En el último número de la revista Letra
Internacional se publica mi ensayo Grafitis en las maquinarias secretas de la historia sobre la “Trilogía de
Bigend” de William Gibson. Publico aquí un extenso extracto sobre la
tercera novela del ciclo (Historia Cero, Ediciones Plata, trad.: Rafael Marín, 2012, págs. 474).
“Era un artefacto
producido en masa por una cultura que imitaba vagamente lo que en su tiempo fue
la cultura de otra”.
-W. Gibson, País de espías-
“Y mientras pintaba
grafitis en las maquinarias secretas de la historia.”
-W. Gibson, Historia Cero-
A pesar
de las pistas narrativas, es difícil saber si con Historia cero, la tercera entrega de la serie, William Gibson da o
no por cerrado el ciclo novelesco iniciado con Mundo espejo (2003) y expandido tiempo después en una segunda
entrega con País de espías (2007). De
ser así, estaríamos ante una fascinante trilogía donde un autor que había
destacado en los ochenta y noventa por su alucinante inteligencia para fabular
los futuros posibles de la sociedad tecnológica habría dado una vuelta de
tuerca a su propio instrumental literario para proyectarlo sobre un presente
cada vez más instalado en lo virtual. En el fondo Gibson ha
entendido con lucidez los límites de la ciencia ficción como género en un mundo
como el del capitalismo tardío donde la ciencia y la ficción se reparten o
comparten, según los momentos, el dominio fehaciente del mercado. La ciencia en
tanto poder de ir más allá de lo imaginable a la hora de comprender los
complejos procesos de la materia y la energía, o como invención de nuevos
materiales y una nueva naturaleza artificial, o como explotación de todo ello
con miras a la puesta a disposición del público masivo, en un entorno
cotidiano, de una tecnología rentable y
lucrativa. Y la ficción, entendida en su sentido más expansivo, en tanto poder mental inducido por la ubicuidad imaginaria de los medios, la cultura de masas
y la publicidad.
En esta
trilogía de título alternativo (“Trilogía de Bigend” para unos o “Trilogía de
la Hormiga Azul” para otros), el mundo contemporáneo es enfocado a través de la
figura en la sombra de un magnate omnímodo y ubicuo del marketing global
(Hubertus Bigend) y su agencia de publicidad y diagnóstico de modas y
tendencias (Hormiga Azul).

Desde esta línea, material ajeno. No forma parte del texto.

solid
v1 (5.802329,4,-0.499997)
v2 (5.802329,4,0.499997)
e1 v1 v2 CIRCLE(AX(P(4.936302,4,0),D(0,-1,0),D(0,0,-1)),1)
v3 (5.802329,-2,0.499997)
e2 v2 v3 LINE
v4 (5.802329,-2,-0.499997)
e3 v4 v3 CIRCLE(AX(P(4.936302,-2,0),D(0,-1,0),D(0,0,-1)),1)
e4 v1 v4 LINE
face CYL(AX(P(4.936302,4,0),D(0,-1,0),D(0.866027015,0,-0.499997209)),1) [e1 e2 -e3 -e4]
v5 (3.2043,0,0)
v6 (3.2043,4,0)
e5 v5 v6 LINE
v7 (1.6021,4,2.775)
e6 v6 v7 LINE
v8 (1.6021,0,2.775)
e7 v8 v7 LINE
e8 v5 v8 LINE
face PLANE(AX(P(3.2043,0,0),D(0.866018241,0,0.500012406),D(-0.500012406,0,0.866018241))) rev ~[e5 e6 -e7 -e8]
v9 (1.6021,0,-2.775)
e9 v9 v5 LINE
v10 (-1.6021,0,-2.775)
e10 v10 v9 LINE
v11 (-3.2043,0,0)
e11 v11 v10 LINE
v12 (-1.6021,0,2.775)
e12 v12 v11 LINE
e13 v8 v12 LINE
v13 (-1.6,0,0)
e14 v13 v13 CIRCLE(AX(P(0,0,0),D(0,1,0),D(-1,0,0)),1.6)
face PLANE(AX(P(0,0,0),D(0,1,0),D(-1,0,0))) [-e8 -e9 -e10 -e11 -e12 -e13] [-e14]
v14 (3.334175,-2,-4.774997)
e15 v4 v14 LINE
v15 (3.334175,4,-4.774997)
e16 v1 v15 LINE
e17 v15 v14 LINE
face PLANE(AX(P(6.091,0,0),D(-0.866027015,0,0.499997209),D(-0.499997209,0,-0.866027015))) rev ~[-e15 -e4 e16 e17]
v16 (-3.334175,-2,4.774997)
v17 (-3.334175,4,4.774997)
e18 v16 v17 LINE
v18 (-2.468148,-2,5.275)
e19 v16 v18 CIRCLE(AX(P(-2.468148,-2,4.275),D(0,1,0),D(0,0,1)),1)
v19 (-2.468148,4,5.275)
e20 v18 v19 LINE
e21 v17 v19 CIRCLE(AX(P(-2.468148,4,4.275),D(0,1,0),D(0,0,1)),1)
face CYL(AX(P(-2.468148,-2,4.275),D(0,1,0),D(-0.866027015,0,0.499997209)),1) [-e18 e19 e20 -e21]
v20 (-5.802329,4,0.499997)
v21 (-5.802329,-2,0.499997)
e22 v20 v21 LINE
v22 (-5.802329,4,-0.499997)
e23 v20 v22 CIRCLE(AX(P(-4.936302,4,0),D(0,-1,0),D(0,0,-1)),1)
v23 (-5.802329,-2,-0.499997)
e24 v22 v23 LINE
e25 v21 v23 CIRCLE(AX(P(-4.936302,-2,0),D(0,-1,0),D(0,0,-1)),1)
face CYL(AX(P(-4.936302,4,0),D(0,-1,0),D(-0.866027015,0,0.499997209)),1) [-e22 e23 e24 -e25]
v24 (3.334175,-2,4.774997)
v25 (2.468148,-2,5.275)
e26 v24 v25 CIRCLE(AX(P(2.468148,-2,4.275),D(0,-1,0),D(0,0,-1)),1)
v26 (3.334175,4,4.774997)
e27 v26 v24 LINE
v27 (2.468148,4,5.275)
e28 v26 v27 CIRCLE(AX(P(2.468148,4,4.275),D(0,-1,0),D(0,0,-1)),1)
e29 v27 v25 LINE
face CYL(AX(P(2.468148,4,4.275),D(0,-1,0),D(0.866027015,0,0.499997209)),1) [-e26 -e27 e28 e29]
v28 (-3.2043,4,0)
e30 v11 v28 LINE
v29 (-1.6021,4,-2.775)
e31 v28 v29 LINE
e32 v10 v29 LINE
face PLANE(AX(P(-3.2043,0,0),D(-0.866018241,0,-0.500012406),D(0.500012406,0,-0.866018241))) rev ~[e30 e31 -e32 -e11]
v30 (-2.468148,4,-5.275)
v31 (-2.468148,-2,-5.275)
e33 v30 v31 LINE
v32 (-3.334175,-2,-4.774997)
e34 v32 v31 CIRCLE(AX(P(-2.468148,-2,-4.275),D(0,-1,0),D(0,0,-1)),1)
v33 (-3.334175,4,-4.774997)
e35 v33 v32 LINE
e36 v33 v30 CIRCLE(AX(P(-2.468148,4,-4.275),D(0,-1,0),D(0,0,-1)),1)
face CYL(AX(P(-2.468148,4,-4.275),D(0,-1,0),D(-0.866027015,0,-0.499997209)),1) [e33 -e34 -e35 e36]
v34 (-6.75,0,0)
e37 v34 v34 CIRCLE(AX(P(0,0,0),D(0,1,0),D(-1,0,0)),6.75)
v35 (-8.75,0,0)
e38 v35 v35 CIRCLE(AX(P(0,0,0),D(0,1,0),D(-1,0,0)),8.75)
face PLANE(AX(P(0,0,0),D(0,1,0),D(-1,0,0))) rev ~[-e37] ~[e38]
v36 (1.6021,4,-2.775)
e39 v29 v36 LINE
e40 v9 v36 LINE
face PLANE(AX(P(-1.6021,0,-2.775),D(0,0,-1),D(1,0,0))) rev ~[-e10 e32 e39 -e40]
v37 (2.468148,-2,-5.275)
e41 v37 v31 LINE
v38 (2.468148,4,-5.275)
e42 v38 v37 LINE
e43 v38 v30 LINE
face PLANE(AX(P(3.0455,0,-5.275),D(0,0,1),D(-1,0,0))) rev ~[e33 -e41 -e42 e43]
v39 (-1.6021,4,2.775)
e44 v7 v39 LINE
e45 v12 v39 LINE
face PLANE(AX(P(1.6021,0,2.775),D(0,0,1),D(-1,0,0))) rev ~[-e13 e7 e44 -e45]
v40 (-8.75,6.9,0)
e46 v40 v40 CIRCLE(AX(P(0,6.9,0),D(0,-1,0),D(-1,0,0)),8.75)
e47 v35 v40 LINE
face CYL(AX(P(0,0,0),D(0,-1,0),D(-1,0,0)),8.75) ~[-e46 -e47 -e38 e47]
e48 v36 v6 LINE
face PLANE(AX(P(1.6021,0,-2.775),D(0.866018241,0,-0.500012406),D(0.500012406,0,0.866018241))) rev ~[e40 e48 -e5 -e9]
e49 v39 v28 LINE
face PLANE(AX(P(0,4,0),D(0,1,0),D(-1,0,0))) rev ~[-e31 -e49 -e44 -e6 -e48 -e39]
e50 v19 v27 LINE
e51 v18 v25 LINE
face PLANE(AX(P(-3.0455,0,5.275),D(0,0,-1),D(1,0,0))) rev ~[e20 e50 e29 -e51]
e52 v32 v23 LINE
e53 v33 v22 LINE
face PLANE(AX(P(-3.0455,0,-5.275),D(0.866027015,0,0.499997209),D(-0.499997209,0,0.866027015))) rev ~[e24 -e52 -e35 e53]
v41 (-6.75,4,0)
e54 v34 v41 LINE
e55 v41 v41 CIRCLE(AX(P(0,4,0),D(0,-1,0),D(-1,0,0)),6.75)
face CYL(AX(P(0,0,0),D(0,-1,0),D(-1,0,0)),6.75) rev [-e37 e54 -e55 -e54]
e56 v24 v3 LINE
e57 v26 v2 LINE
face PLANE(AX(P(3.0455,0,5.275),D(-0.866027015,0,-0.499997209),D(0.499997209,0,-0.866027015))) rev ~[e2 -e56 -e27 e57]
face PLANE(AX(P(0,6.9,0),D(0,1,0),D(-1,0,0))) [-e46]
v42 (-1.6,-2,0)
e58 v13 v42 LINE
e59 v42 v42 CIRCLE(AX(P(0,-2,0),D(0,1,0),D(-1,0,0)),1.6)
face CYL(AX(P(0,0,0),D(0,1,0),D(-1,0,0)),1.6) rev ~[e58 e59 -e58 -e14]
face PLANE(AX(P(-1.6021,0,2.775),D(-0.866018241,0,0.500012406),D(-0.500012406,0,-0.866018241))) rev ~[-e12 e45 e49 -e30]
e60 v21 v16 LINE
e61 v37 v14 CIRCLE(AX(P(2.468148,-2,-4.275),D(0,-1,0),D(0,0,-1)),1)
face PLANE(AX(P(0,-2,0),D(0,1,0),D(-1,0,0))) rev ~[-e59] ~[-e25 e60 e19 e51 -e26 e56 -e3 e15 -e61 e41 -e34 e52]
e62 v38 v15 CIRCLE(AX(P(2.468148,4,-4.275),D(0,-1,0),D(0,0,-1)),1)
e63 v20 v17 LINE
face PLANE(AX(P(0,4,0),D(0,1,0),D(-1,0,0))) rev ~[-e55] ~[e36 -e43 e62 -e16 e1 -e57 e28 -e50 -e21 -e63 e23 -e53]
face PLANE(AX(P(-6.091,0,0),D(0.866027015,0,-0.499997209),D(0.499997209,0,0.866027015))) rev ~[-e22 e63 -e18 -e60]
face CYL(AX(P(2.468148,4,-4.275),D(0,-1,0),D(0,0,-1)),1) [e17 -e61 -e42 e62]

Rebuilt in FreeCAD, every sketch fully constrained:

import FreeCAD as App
import Part
import Sketcher
from FreeCAD import Vector
Q = App.Units.Quantity


def edges_at(feature, points):
    """Names of the edges that pass closest to the given points."""
    edges = feature.Shape.Edges
    near = lambda p: min(range(len(edges)), key=lambda i: edges[i].distToShape(Part.Vertex(*p))[0])
    return sorted({f"Edge{near(p) + 1}" for p in points})


def add_polygon(sketch, points):
    """Adds a closed chain of lines whose ends are joined by coincident constraints."""
    first, n = sketch.GeometryCount, len(points)
    for a, b in zip(points, points[1:] + points[:1]):
        sketch.addGeometry(Part.LineSegment(App.Vector(*a, 0), App.Vector(*b, 0)), False)
    for i in range(n):
        sketch.addConstraint(Sketcher.Constraint("Coincident", first + i, 2, first + (i + 1) % n, 1))

doc = App.newDocument("Part")
params = doc.addObject("Spreadsheet::Sheet", "Params")
for row, (alias, value) in enumerate([
    ("sketch1_diameter", "17.5 mm"),
    ("pad1_length", "6.9 mm"),
    ("sketch2_diameter", "3.2 mm"),
    ("pad2_length", "2 mm"),
    ("sketch3_diameter", "13.5 mm"),
    ("pocket1_length", "4 mm"),
    ("fillet_radius", "1 mm"),
], start=1):
    params.set(f"A{row}", alias)
    params.set(f"B{row}", "=" + value)
    params.setAlias(f"B{row}", alias)

body = doc.addObject("PartDesign::Body", "Body")

# Sketch on XZ plane
sketch1 = doc.addObject("Sketcher::SketchObject", "Sketch")
body.addObject(sketch1)
sketch1.AttachmentSupport = (doc.XZ_Plane, [""])
sketch1.MapMode = "FlatFace"
sketch1.addGeometry(Part.Circle(Vector(0, 0, 0), Vector(0, 0, 1), 9), False)
sketch1.addConstraint([
    Sketcher.Constraint("Coincident", 0, 3, -1, 1),
    Sketcher.Constraint("Diameter", 0, 17.5),
])
sketch1.setExpression("Constraints[1]", "Params.sketch1_diameter")
pad1 = doc.addObject("PartDesign::Pad", "Pad")
body.addObject(pad1)
pad1.Profile = sketch1
pad1.setExpression("Length", "Params.pad1_length")
pad1.Reversed = True

# Sketch on XZ plane
sketch2 = doc.addObject("Sketcher::SketchObject", "Sketch001")
body.addObject(sketch2)
sketch2.AttachmentSupport = (doc.XZ_Plane, [""])
sketch2.MapMode = "FlatFace"
add_polygon(sketch2, [(-3, -5.3), (-6.1, 0), (-3, 5.3), (3, 5.3), (6.1, 0), (3, -5.3)])  # lines 0-5
sketch2.addGeometry(Part.Circle(Vector(0, 0, 0), Vector(0, 0, 1), 1.6), False)  # 6
sketch2.addConstraint([
    Sketcher.Constraint("Horizontal", 2),
    Sketcher.Constraint("Horizontal", 5),
    Sketcher.Constraint("Coincident", 6, 3, -1, 1),
    Sketcher.Constraint("Symmetric", 0, 2, 3, 2, -1, 1),
    Sketcher.Constraint("Symmetric", 1, 2, 4, 2, -1, 1),
    Sketcher.Constraint("PointOnObject", 0, 2, -1),
    Sketcher.Constraint("Parallel", 0, 3),
    Sketcher.Constraint("Vertical", 2, 2, 4, 2),
    Sketcher.Constraint("Diameter", 6, 3.2),
    Sketcher.Constraint("Angle", 0, Q("119.9998 deg")),
    Sketcher.Constraint("DistanceX", 2, 1, 2, 2, 6.091),
    Sketcher.Constraint("DistanceY", 4, 2, 2, 2, 10.55),
])
sketch2.setExpression("Constraints[14]", "Params.sketch2_diameter")
pad2 = doc.addObject("PartDesign::Pad", "Pad001")
body.addObject(pad2)
pad2.Profile = sketch2
pad2.setExpression("Length", "Params.pad2_length")

# Sketch on XZ plane
sketch3 = doc.addObject("Sketcher::SketchObject", "Sketch002")
body.addObject(sketch3)
sketch3.AttachmentSupport = (doc.XZ_Plane, [""])
sketch3.MapMode = "FlatFace"
sketch3.addGeometry(Part.Circle(Vector(0, 0, 0), Vector(0, 0, 1), 6.8), False)  # 0
add_polygon(sketch3, [(-3, 5.3), (-6.1, 0), (-3, -5.3), (3, -5.3), (6.1, 0), (3, 5.3)])  # lines 1-6
add_polygon(sketch3, [(3.2, 0), (1.6, -2.8), (-1.6, -2.8), (-3.2, 0), (-1.6, 2.8), (1.6, 2.8)])  # lines 7-12
sketch3.addConstraint([
    Sketcher.Constraint("Horizontal", 3),
    Sketcher.Constraint("Horizontal", 6),
    Sketcher.Constraint("Horizontal", 8),
    Sketcher.Constraint("Horizontal", 11),
    Sketcher.Constraint("Coincident", 0, 3, -1, 1),
    Sketcher.Constraint("Symmetric", 1, 2, 4, 2, -1, 1),
    Sketcher.Constraint("Symmetric", 2, 2, 5, 2, -1, 1),
    Sketcher.Constraint("Symmetric", 7, 2, 10, 2, -1, 1),
    Sketcher.Constraint("Symmetric", 9, 2, 12, 2, -1, 1),
    Sketcher.Constraint("PointOnObject", 1, 2, -1),
    Sketcher.Constraint("PointOnObject", 9, 2, -1),
    Sketcher.Constraint("Parallel", 1, 4),
    Sketcher.Constraint("Parallel", 4, 7),
    Sketcher.Constraint("Parallel", 5, 9),
    Sketcher.Constraint("Parallel", 9, 12),
    Sketcher.Constraint("Vertical", 3, 2, 5, 2),
    Sketcher.Constraint("Diameter", 0, 13.5),
    Sketcher.Constraint("DistanceY", 3, 2, 7, 2, 2.5),
    Sketcher.Constraint("Angle", 1, Q("-119.9998 deg")),
    Sketcher.Constraint("DistanceX", 3, 1, 3, 2, 6.091),
    Sketcher.Constraint("DistanceY", 3, 2, 5, 2, 10.55),
    Sketcher.Constraint("DistanceX", 8, 2, 8, 1, 3.2042),
])
sketch3.setExpression("Constraints[28]", "Params.sketch3_diameter")
pocket1 = doc.addObject("PartDesign::Pocket", "Pocket")
body.addObject(pocket1)
pocket1.Profile = sketch3
pocket1.setExpression("Length", "Params.pocket1_length")
doc.recompute()

fillet = doc.addObject("PartDesign::Fillet", "Fillet")
body.addObject(fillet)
fillet.Base = (pocket1, edges_at(pocket1, [
    (6.091, 1, 0),
    (-3.046, 1, 5.275),
    (3.046, 1, -5.275),
    (-3.046, 1, -5.275),
    (-6.091, 1, 0),
    (3.046, 1, 5.275),
]))
fillet.setExpression("Radius", "Params.fillet_radius")

doc.recompute()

En las tres novelas su papel dominante se rubrica
encargando enigmáticas investigaciones a las mujeres protagonistas de cada una
de ellas. Si en Mundo espejo, el peso
de las pesquisas recaía sobre Cayce Pollard, una hipersensible cazadora de
tendencias (cool hunter) en busca del
origen de un intrigante metraje difundido por internet, tanto en País de espías como en Historia cero es Hollis Henry, ex
cantante de un grupo de culto y experta en arte locativo, la guía narrativa que
se desliza por las alambicadas superficies del mundo de la creatividad
tecnológica y el diseño textil.
Desde el
título original (“Historial Cero”), Gibson avisa sobre el designio de su brillante
artefacto. Como concepto, la historia ya no existe, se ha interrumpido o ha quedado
olvidada, como un desecho más, en el contenedor del pasado. Hemos ingresado en
una visión neutra del tiempo presente, una cronología sin antecedentes ni
historial reconocible, marcada solo por las pautas innovadoras de la tecnología
y los acontecimientos instantáneos de la moda y el diseño. Como ocurre en la
novela con la conciencia cristalina de Milgrim, que percibe el mundo, una vez
liberado de su dependencia de ciertas drogas de diseño, en toda su novedad y
pureza. Por esto mismo, la desconcertante trama de la novela gira en torno a la
fabricación y circulación clandestina de modelos de ropa alternativos, tan
ajenos a las corrientes de la masificada industria convencional como adecuados
a los gustos de los consumidores más exigentes. De hecho, el codiciado objeto
de deseo perseguido en la ficción por diversas agencias, grupos y
organizaciones, legales o ilegales, es un revolucionario modelo de pantalones
vaqueros, cuyo diseño y textura original promete, de una parte, el éxito
comercial entre una clientela selecta pero numerosa y, de otra, un suculento
contrato con el ejército norteamericano para fabricar uniformes usándolo como
patrón formal.
La ironía se manifiesta, en especial, cuando las enredadas
investigaciones de Hollis revelan al lector, destinatario final de sus
descubrimientos, la verdad oculta tras esa voluntad transnacional de
apropiación, piratearía o explotación de las virtudes lucrativas y estéticas de
tan insólita mercancía. Una verdad compleja que, como siempre en Gibson, se
describe con una imaginería deslumbrante y acaba explicando así, mucho mejor
que un abstracto tratado de sociología, las claves reales de las maquinaciones
financieras del mercado y las derivas inconscientes del consumo. En primer
lugar, la influencia fetichista de la ropa militar, como fantasía juvenil de
poder, en el diseño y confección del vestuario masculino; en segundo lugar, la
relevancia de la producción marginal en la renovación de tendencias y la oferta
constante de novedades, con productos de mayor calidad o atractivo. Y, quizá la
más asombrosa, ya apuntada en novelas anteriores, la imperiosa necesidad del
secreto, la invisibilidad, la diferencia y la exclusividad para ciertas elites
económicas en un mundo cotidiano que simula adoptar la transparencia y la
uniformidad como atributos democráticos.